•West Pokot, Laikipia, Nyeri, Makueni and Samburu were the top five, most transparent in the budget-making process for the current financial year ending June 30.
•Kirinyaga, Narok, Taita Taveta and Wajir each scored zero as they provided no information at all.
Kenyans still have limited participation and information on county budgets, a survey by the International Budget Partnership Kenya (IBP-Kenya) shows.
This, it says, leads to non-inclusive spending priorities and allocations tin public projects, according to the Kenya County Budget Transparency Survey.
Out of the 43 counties surveyed, West Pokot, Nyeri, Laikipia, Makueni, Samburu, Turkana, and Elgeyo Marakwet, qualified for the second-highest performance category, scoring B.
Most counties fell under the last two categories of D and E.
West Pokot, Laikipia, Nyeri, Makueni and Samburu were the top five, most transparent in the budget-making process for the current financial year ending June 30, the report notes.
Nairobi is ranked 16th with the least performers being Nandi, Lamu, Bomet, Migori and Busia.
Kirinyaga, Narok, Taita Taveta and Wajir each scored zero as they provided no information at all.
“These counties published none of the 11 budget documents evaluated during the survey,” IBP says.

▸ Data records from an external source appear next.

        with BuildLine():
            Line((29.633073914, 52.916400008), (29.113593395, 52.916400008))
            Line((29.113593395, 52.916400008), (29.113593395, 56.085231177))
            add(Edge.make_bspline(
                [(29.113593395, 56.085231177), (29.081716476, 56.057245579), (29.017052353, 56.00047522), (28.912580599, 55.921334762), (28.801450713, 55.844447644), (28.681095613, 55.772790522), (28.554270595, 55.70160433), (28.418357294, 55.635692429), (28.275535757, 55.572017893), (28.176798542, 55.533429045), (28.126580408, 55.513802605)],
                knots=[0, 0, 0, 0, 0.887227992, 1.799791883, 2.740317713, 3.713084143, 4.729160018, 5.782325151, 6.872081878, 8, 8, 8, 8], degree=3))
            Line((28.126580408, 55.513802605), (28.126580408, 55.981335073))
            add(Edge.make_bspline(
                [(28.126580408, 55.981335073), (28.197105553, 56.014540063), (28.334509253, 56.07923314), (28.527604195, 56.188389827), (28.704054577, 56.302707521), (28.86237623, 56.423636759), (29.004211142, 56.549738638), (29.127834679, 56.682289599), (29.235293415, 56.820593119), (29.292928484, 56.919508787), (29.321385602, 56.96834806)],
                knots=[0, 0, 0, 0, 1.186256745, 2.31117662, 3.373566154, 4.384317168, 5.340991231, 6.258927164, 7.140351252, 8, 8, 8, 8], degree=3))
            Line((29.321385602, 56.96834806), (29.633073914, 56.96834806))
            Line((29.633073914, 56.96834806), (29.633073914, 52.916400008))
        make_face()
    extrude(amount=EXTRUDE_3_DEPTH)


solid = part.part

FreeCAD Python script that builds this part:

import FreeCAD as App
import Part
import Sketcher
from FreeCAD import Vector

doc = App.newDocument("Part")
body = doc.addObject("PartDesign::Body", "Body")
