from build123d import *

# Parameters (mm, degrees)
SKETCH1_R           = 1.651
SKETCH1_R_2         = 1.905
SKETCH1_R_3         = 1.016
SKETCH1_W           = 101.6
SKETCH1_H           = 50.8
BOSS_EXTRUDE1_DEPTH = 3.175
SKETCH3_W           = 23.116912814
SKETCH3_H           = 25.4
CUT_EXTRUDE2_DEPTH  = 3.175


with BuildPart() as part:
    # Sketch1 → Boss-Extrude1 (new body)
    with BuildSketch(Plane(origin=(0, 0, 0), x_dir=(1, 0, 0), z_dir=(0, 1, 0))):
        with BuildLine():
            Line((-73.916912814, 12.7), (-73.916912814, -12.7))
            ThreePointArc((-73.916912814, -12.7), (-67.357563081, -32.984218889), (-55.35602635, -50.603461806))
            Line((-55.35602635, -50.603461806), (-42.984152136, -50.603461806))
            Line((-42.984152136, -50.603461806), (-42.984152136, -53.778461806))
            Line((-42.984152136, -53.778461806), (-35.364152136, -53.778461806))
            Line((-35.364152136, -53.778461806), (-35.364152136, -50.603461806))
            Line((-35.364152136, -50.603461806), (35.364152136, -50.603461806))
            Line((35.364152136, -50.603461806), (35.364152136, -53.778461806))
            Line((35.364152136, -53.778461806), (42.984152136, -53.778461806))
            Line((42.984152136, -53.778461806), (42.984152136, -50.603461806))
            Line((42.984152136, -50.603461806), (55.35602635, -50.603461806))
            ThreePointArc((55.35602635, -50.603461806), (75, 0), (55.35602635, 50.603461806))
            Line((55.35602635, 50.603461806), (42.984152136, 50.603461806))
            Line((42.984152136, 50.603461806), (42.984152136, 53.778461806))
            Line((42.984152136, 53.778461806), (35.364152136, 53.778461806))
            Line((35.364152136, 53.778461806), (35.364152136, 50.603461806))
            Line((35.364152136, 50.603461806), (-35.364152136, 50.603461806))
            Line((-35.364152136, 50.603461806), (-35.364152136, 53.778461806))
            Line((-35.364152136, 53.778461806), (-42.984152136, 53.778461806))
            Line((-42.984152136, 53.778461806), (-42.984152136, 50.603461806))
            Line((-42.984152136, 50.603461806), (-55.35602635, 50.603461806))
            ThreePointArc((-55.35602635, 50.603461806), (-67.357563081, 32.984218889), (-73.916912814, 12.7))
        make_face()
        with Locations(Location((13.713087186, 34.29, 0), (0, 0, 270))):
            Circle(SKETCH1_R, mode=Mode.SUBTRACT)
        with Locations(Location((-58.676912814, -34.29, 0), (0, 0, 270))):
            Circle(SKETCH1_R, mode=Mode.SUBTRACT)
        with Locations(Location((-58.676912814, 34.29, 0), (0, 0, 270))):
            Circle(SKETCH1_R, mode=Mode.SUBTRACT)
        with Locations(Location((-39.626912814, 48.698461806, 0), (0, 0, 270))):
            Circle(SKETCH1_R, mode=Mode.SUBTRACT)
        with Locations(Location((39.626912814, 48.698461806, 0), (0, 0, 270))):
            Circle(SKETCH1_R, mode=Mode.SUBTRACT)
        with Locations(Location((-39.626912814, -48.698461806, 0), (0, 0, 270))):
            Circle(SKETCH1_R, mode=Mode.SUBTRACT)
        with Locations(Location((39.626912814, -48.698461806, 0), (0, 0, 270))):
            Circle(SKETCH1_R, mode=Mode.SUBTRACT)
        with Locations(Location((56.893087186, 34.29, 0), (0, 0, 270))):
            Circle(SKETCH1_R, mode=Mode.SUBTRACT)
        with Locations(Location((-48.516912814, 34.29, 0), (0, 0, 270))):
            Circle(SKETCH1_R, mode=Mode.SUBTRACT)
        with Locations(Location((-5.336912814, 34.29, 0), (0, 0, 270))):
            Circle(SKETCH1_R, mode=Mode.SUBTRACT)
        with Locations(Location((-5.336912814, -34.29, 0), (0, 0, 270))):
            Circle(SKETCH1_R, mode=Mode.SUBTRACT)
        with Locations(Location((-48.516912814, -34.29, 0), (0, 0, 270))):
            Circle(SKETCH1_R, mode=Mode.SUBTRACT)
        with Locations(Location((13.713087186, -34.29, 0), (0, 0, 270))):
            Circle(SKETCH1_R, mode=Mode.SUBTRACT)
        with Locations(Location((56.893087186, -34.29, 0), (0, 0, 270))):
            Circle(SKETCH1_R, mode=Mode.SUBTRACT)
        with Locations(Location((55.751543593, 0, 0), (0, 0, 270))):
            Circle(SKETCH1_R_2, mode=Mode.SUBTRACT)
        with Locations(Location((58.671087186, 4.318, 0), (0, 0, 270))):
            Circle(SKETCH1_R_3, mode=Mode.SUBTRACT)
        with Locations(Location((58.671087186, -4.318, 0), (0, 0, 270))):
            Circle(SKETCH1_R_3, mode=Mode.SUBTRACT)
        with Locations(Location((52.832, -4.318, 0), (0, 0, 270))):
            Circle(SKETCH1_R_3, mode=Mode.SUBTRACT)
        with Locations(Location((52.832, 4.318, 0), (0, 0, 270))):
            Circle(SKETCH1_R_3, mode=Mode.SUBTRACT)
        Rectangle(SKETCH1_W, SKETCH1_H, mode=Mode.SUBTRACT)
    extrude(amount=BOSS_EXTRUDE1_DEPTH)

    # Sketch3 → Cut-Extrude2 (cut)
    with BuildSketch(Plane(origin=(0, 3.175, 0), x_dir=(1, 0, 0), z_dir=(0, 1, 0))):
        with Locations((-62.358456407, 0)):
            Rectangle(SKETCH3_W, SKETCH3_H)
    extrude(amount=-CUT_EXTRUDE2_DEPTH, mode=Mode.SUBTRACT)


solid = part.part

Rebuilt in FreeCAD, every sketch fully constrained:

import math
import FreeCAD as App
import Part
import Sketcher
from FreeCAD import Vector
Q = App.Units.Quantity

doc = App.newDocument("Part")
body = doc.addObject("PartDesign::Body", "Body")

sketch1 = body.newObject("Sketcher::SketchObject", "Sketch")
sketch1.AttachmentSupport = (doc.getObject("XZ_Plane"), [""])
sketch1.MapMode = "FlatFace"
sketch1.addGeometry([
    Part.LineSegment(Vector(-73.916913, -12.7, 0), Vector(-73.916913, 12.7, 0)),
    Part.ArcOfCircle(Part.Circle(Vector(0, 0, 0), Vector(0, 0, 1), 75), math.radians(137.568147), math.radians(170.25094)),
    Part.LineSegment(Vector(-55.356026, 50.603462, 0), Vector(-42.984152, 50.603462, 0)),
    Part.LineSegment(Vector(-42.984152, 50.603462, 0), Vector(-42.984152, 53.778462, 0)),
    Part.LineSegment(Vector(-42.984152, 53.778462, 0), Vector(-35.364152, 53.778462, 0)),
    Part.LineSegment(Vector(-35.364152, 53.778462, 0), Vector(-35.364152, 50.603462, 0)),
    Part.LineSegment(Vector(-35.364152, 50.603462, 0), Vector(35.364152, 50.603462, 0)),
    Part.LineSegment(Vector(35.364152, 50.603462, 0), Vector(35.364152, 53.778462, 0)),
    Part.LineSegment(Vector(35.364152, 53.778462, 0), Vector(42.984152, 53.778462, 0)),
    Part.LineSegment(Vector(42.984152, 53.778462, 0), Vector(42.984152, 50.603462, 0)),
    Part.LineSegment(Vector(42.984152, 50.603462, 0), Vector(55.356026, 50.603462, 0)),
    Part.ArcOfCircle(Part.Circle(Vector(0, 0, 0), Vector(0, 0, 1), 75), math.radians(-42.431853), math.radians(42.431853)),
    Part.LineSegment(Vector(55.356026, -50.603462, 0), Vector(42.984152, -50.603462, 0)),
    Part.LineSegment(Vector(42.984152, -50.603462, 0), Vector(42.984152, -53.778462, 0)),
    Part.LineSegment(Vector(42.984152, -53.778462, 0), Vector(35.364152, -53.778462, 0)),
    Part.LineSegment(Vector(35.364152, -53.778462, 0), Vector(35.364152, -50.603462, 0)),
    Part.LineSegment(Vector(35.364152, -50.603462, 0), Vector(-35.364152, -50.603462, 0)),
    Part.LineSegment(Vector(-35.364152, -50.603462, 0), Vector(-35.364152, -53.778462, 0)),
    Part.LineSegment(Vector(-35.364152, -53.778462, 0), Vector(-42.984152, -53.778462, 0)),
    Part.LineSegment(Vector(-42.984152, -53.778462, 0), Vector(-42.984152, -50.603462, 0)),
    Part.LineSegment(Vector(-42.984152, -50.603462, 0), Vector(-55.356026, -50.603462, 0)),
    Part.ArcOfCircle(Part.Circle(Vector(0, 0, 0), Vector(0, 0, 1), 75), math.radians(-170.25094), math.radians(-137.568147)),
    Part.Circle(Vector(-39.626913, 48.698462, 0), Vector(0, 0, 1), 1.651),
    Part.Circle(Vector(-58.676913, 34.29, 0), Vector(0, 0, 1), 1.651),
    Part.Circle(Vector(-48.516913, 34.29, 0), Vector(0, 0, 1), 1.651),
    Part.Circle(Vector(-5.336913, 34.29, 0), Vector(0, 0, 1), 1.651),
    Part.Circle(Vector(13.713087, 34.29, 0), Vector(0, 0, 1), 1.651),
    Part.Circle(Vector(39.626913, 48.698462, 0), Vector(0, 0, 1), 1.651),
    Part.Circle(Vector(56.893087, 34.29, 0), Vector(0, 0, 1), 1.651),
    Part.LineSegment(Vector(50.8, 25.4, 0), Vector(-50.8, 25.4, 0)),
    Part.LineSegment(Vector(-50.8, 25.4, 0), Vector(-50.8, -25.4, 0)),
    Part.LineSegment(Vector(-50.8, -25.4, 0), Vector(50.8, -25.4, 0)),
    Part.LineSegment(Vector(50.8, -25.4, 0), Vector(50.8, 25.4, 0)),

An overall consolidation of the results on the availability of budget documents and their comprehensiveness reveals a bleak picture, as the average County Budget Transparency Index score was captured at 33 out of 100.
“This is a clear indication that counties do not provide sufficient budget information, and where budget documents are published, they often lack essential budget information required for meaningful citizen engagement,” the report states.
The CBTS 2020 finds a marginal increase in the number of documents published by counties on their official websites, which implies that Kenya's subnational budget transparency has stagnated in general.
The survey shows that counties are not consistent in the documents they make available to the public as many counties stopped publishing some budget documents which they had previously published.
For instance, the Programme-Based Budget is the premier budget document that gives all information regarding allocations for each programme to be carried out in the county budget.
Over the last three consecutive County Budget Transparency Surveys, only five counties-Elgeyo-Marakwet, Laikipia, Kilifi, Nyeri, and Nakuru, have consistently published their approved Programme-Based Budgets online.
Budget implementation information suffers a similar fate. Only five counties of Baringo, Elgeyo Marakwet, Kiambu, Laikipia, and West Pokot, consistently published their quarterly budget implementation reports across all four quarters.
Even so, budget documents frequently lack specific details of budget information needed to monitor service delivery.
A majority of the assessed county budget documents did not include critical information, such as details on revenue and non-financial information on budget implementation. Other documents failed to incorporate the basic minimum accounting standards, such as the disaggregation of recurrent and development expenditure details.
“A key challenge in this area was also inconsistencies in the provision of budget information
by counties. For example, a county would provide revenue information in their approved ProgrammeBased Budget and fail to report revenue performance progress in the subsequent documents such as the Quarterly Budget Implementation Report,” IBP says.
The Constitution of Kenya, 2010 and the core implementing laws and regulations such as the
County Governments Act, 2012, the Public Finance Management Act, 2012, and other subsidiary legislation mandate a certain level of transparency, accountability, and public participation in budget formulation, implementation, evaluation, and auditing.
However, budget transparency and access to information remain key challenges both at the national and county level.
In the current financial year, county governments have a cumulative budget of Sh316.5 billion.
The Commission on Revenue Allocation in January endorsed President Uhuru Kenyatta’s pledge to allocate county governments an additional Sh53.5 billion in the 2021-22 financial year, starting July 1, where the country’s proposed spending stands at Sh2.968 trillion.
This will take the counties' allocation to Sh370 billion, as equitable share.
The allocation is out of the projected shareable revenue of Sh1.81 trillion and projected Road Maintenance Levy Fund of Sh65.13 billion.
Articles 216(1) (a) and 203 (1) of the Constitution mandates the commission to recommend to Parliament the vertical (between National and County governments) and horizontal (among counties) sharing of revenues generated nationally.
In September, the President pledged the additional allocation, ending months of standoff in the senate over the third generation formula.
Uhuru said the additional allocation will go towards strengthening devolution.
However, his pledge was pegged on the performance of revenue collection by the Kenya Revenue Authority.